Giuseppe Pietro Bagetti, Au-dessus des cimes, v. 1816
Aquarelle • 60 x 90 cm • Courtesy Galerie Michel Descours, Paris
Antoine Caron, Étude de costume, sans date
Antoine Caron et l’art de la fête à la Renaissance
Peintre de premier plan en France dans la deuxième moitié du XVIe siècle, récemment remis en lumière grâce à une exposition dévoilée au musée national de la Renaissance – château d’Écouen en 2023, Antoine Caron (1521–1599) marque de sa présence ce nouveau cru du Salon du dessin.
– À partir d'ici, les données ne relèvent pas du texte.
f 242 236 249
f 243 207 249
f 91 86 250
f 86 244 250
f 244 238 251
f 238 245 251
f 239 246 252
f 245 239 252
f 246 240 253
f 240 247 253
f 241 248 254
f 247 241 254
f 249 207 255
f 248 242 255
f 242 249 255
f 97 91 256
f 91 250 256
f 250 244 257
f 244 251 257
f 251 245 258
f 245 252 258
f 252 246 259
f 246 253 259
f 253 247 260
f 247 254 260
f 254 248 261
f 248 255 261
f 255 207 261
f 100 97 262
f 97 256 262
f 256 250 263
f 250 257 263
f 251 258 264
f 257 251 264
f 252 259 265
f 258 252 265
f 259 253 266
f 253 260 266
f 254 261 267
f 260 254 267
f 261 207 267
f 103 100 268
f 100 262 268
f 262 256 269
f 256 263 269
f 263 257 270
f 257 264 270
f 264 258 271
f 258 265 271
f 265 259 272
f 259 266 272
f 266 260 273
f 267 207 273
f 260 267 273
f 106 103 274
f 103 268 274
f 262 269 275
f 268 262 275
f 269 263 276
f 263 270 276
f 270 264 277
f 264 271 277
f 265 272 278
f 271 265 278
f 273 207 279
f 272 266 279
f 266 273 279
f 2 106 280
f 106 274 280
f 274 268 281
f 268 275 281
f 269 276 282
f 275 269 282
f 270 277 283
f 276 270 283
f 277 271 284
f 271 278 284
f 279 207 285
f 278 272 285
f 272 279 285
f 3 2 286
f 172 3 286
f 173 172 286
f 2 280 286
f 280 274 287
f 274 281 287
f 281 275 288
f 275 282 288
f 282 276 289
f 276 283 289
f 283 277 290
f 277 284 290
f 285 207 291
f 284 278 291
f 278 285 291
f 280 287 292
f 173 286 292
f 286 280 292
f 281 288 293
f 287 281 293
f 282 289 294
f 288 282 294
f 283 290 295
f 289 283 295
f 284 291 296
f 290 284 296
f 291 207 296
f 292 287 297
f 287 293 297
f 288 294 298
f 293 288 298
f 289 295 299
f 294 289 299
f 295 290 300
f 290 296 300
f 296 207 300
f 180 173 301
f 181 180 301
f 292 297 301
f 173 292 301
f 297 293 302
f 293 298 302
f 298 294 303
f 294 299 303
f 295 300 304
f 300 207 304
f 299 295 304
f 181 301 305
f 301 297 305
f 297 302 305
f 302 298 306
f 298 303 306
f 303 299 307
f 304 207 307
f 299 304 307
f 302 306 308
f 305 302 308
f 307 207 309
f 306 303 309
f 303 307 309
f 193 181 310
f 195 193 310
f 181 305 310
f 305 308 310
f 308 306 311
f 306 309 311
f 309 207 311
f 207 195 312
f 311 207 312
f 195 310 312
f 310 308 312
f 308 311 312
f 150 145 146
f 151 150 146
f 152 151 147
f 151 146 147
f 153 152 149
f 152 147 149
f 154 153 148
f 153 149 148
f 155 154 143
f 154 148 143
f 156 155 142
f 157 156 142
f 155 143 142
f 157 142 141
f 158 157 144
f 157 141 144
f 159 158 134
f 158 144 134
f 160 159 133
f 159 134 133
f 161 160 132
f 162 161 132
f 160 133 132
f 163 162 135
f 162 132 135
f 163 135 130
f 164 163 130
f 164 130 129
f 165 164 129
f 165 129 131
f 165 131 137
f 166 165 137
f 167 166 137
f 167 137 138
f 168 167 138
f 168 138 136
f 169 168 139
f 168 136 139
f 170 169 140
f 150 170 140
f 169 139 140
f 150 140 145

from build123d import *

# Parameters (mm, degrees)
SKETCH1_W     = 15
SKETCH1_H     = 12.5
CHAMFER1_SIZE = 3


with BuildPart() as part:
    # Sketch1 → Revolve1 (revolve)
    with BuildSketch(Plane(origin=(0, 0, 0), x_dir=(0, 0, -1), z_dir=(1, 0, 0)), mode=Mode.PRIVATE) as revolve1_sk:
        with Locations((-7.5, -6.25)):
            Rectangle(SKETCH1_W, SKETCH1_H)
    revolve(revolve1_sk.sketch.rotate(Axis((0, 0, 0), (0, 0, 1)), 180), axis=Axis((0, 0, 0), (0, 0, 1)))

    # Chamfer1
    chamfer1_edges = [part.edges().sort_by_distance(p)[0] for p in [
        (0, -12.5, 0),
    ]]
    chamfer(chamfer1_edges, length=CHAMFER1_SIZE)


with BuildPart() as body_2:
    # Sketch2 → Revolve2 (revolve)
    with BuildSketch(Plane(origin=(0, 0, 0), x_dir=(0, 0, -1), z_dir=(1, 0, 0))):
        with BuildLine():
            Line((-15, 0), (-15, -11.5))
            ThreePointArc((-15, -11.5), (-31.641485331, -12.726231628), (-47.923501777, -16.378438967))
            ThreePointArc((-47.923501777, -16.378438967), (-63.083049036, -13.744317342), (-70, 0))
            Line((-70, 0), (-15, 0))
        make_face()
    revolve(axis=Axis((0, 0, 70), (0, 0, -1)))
Cette belle étude de costume est loin d’être isolée dans la production de l’artiste et témoigne, une nouvelle fois, des multiples interventions d’un peintre de cour et son atelier au XVIe siècle, allant jusqu’à la réalisation de décors éphémères, pour des festivités ou événements.
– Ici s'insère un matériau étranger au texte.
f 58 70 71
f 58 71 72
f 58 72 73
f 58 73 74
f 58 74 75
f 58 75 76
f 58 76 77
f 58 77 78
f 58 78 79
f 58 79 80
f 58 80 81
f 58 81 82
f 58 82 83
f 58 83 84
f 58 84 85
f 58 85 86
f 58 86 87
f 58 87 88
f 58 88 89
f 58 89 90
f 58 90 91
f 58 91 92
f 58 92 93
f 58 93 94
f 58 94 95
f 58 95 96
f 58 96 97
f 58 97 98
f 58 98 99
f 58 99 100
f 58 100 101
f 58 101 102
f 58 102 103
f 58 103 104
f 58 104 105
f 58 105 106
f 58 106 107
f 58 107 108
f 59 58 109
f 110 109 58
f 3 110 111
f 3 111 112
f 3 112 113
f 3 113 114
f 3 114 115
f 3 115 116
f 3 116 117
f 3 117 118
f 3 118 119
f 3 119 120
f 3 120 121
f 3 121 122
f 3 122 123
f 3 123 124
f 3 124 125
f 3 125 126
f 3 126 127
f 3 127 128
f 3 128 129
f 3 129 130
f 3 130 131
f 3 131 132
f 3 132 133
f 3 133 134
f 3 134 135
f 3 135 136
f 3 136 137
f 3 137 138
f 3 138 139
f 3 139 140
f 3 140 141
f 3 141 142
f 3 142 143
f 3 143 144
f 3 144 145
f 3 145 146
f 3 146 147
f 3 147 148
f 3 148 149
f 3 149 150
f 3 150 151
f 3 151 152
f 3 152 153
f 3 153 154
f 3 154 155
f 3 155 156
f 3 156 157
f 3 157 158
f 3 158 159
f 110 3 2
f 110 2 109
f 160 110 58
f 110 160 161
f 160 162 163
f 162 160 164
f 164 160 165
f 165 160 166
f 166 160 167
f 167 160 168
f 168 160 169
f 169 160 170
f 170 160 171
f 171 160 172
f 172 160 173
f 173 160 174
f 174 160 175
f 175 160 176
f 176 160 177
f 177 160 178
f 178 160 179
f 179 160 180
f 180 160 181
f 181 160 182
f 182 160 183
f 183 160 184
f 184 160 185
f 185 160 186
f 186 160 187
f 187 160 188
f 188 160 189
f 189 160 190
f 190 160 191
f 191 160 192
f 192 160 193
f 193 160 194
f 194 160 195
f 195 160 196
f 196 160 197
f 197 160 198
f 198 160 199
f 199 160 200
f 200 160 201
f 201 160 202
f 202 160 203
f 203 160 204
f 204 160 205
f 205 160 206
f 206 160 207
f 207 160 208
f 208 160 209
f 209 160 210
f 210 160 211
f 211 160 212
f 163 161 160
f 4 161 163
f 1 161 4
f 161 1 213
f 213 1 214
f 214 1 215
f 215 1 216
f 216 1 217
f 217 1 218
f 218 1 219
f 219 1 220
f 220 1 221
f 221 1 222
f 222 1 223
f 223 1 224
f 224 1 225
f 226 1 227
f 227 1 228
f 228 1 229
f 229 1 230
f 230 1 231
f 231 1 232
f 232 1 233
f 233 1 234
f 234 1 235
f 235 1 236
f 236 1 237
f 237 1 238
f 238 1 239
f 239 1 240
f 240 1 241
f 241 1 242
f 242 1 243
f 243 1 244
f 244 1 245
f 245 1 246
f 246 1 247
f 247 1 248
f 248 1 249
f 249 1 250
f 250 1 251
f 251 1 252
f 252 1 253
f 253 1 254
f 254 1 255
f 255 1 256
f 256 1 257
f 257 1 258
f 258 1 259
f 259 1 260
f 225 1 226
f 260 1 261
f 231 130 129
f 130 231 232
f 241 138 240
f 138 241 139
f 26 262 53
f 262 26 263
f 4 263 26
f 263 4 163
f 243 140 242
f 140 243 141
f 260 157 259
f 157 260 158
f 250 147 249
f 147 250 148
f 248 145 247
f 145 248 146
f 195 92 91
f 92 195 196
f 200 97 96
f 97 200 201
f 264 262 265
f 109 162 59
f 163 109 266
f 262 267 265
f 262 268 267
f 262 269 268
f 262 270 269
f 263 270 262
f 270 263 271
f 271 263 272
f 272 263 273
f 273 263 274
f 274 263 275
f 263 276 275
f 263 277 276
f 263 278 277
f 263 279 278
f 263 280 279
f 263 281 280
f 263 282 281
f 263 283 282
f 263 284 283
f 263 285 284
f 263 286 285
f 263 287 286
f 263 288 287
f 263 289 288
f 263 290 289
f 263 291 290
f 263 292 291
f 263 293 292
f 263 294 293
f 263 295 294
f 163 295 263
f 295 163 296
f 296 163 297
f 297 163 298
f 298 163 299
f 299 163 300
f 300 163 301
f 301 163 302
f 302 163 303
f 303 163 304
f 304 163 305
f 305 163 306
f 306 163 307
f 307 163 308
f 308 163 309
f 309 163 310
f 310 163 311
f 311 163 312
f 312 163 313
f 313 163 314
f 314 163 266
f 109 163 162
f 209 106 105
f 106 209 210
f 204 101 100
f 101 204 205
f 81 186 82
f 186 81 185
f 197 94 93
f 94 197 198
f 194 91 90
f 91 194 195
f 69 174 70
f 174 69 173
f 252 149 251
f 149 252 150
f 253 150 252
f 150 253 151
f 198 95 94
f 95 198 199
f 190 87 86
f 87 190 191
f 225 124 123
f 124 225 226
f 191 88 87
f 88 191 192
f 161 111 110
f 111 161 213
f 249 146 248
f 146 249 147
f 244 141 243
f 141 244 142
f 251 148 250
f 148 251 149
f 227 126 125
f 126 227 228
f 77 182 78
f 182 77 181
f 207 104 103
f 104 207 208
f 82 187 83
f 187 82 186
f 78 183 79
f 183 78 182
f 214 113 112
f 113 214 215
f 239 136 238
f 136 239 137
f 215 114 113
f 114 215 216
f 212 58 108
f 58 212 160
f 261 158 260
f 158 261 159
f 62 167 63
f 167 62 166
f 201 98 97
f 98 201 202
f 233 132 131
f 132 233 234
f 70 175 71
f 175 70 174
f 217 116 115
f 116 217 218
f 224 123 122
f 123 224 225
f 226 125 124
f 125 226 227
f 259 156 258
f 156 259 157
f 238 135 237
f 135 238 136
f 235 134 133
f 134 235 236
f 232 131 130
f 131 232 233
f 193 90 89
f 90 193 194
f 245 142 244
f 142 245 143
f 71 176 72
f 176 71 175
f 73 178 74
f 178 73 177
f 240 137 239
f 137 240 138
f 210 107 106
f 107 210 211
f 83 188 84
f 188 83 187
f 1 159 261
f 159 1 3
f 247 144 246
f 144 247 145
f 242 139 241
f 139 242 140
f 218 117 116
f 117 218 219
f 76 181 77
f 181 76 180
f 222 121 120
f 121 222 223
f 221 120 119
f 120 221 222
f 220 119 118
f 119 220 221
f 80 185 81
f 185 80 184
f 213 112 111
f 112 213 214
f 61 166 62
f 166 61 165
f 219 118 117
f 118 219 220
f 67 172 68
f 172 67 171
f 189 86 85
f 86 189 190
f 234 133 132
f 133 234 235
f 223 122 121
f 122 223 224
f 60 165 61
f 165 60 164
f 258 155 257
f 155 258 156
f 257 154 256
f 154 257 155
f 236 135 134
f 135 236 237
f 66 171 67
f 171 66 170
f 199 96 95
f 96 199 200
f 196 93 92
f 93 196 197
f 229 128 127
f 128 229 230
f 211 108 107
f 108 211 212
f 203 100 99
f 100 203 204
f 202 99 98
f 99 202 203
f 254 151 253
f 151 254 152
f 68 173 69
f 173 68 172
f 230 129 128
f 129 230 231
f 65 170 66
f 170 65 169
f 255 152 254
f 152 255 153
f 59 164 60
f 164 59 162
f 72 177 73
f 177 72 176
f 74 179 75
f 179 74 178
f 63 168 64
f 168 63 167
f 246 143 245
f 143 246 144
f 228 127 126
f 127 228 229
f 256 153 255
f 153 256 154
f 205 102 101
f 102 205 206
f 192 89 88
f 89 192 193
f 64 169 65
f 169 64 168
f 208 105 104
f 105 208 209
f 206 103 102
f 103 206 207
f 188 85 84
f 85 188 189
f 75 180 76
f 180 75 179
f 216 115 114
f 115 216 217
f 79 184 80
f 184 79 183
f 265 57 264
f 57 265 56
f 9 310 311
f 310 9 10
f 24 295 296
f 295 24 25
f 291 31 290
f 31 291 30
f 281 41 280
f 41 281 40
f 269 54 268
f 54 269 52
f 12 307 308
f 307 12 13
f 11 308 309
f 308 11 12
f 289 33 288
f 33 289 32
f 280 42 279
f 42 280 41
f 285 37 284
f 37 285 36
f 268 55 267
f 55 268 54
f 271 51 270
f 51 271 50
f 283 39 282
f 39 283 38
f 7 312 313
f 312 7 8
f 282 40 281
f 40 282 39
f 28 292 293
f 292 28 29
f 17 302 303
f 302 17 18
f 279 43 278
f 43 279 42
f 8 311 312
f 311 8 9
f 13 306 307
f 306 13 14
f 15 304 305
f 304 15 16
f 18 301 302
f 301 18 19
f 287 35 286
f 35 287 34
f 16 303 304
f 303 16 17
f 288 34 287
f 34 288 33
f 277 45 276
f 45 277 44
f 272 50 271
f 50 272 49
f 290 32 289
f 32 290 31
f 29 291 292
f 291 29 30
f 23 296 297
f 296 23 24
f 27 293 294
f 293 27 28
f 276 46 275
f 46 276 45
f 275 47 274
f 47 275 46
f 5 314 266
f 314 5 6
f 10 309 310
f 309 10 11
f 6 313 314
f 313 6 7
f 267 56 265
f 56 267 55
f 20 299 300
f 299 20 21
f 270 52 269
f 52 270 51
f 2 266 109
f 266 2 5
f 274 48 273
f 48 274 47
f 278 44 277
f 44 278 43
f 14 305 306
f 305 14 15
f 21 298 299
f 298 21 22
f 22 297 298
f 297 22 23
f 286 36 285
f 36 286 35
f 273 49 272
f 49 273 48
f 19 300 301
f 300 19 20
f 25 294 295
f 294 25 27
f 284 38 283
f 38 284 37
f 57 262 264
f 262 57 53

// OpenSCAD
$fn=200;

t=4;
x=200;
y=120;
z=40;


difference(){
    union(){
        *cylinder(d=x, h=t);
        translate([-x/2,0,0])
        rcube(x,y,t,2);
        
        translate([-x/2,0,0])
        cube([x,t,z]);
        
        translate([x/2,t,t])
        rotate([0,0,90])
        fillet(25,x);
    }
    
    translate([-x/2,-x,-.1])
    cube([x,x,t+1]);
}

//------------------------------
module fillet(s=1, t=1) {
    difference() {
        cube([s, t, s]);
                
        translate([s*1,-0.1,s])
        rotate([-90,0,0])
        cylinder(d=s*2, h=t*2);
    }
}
Lavis brun sur traits de pierre noire • Courtesy Galerie Tarantino, Paris
Joseph-Victor Ranvier, Prométhée délivré, v. 1874
Deux Prométhée pour un Lyonnais
Formé à Lyon auprès d’Irénée Richard et de Louis Janmot dans les années 1850, Joseph-Victor Ranvier (1832–1896), s’est spécialisé en peinture d’histoire à Paris, où il connaît quelques beaux succès. Au Salon de 1874, il présente une vaste toile de près de deux mètres de long mettant en scène Prométhée délivré, et que le musée des Beaux-Arts de Lyon l’acquiert quasi instantanément (l’œuvre est aujourd’hui visible dans la cage d’escalier du palais de justice de la ville). Trois ans plus tard, il reprendra à l’aquarelle cette composition synonyme, pour lui, de consécration. Résultat : une impressionnante feuille à ne pas manquer sur le stand de la galerie Terrades.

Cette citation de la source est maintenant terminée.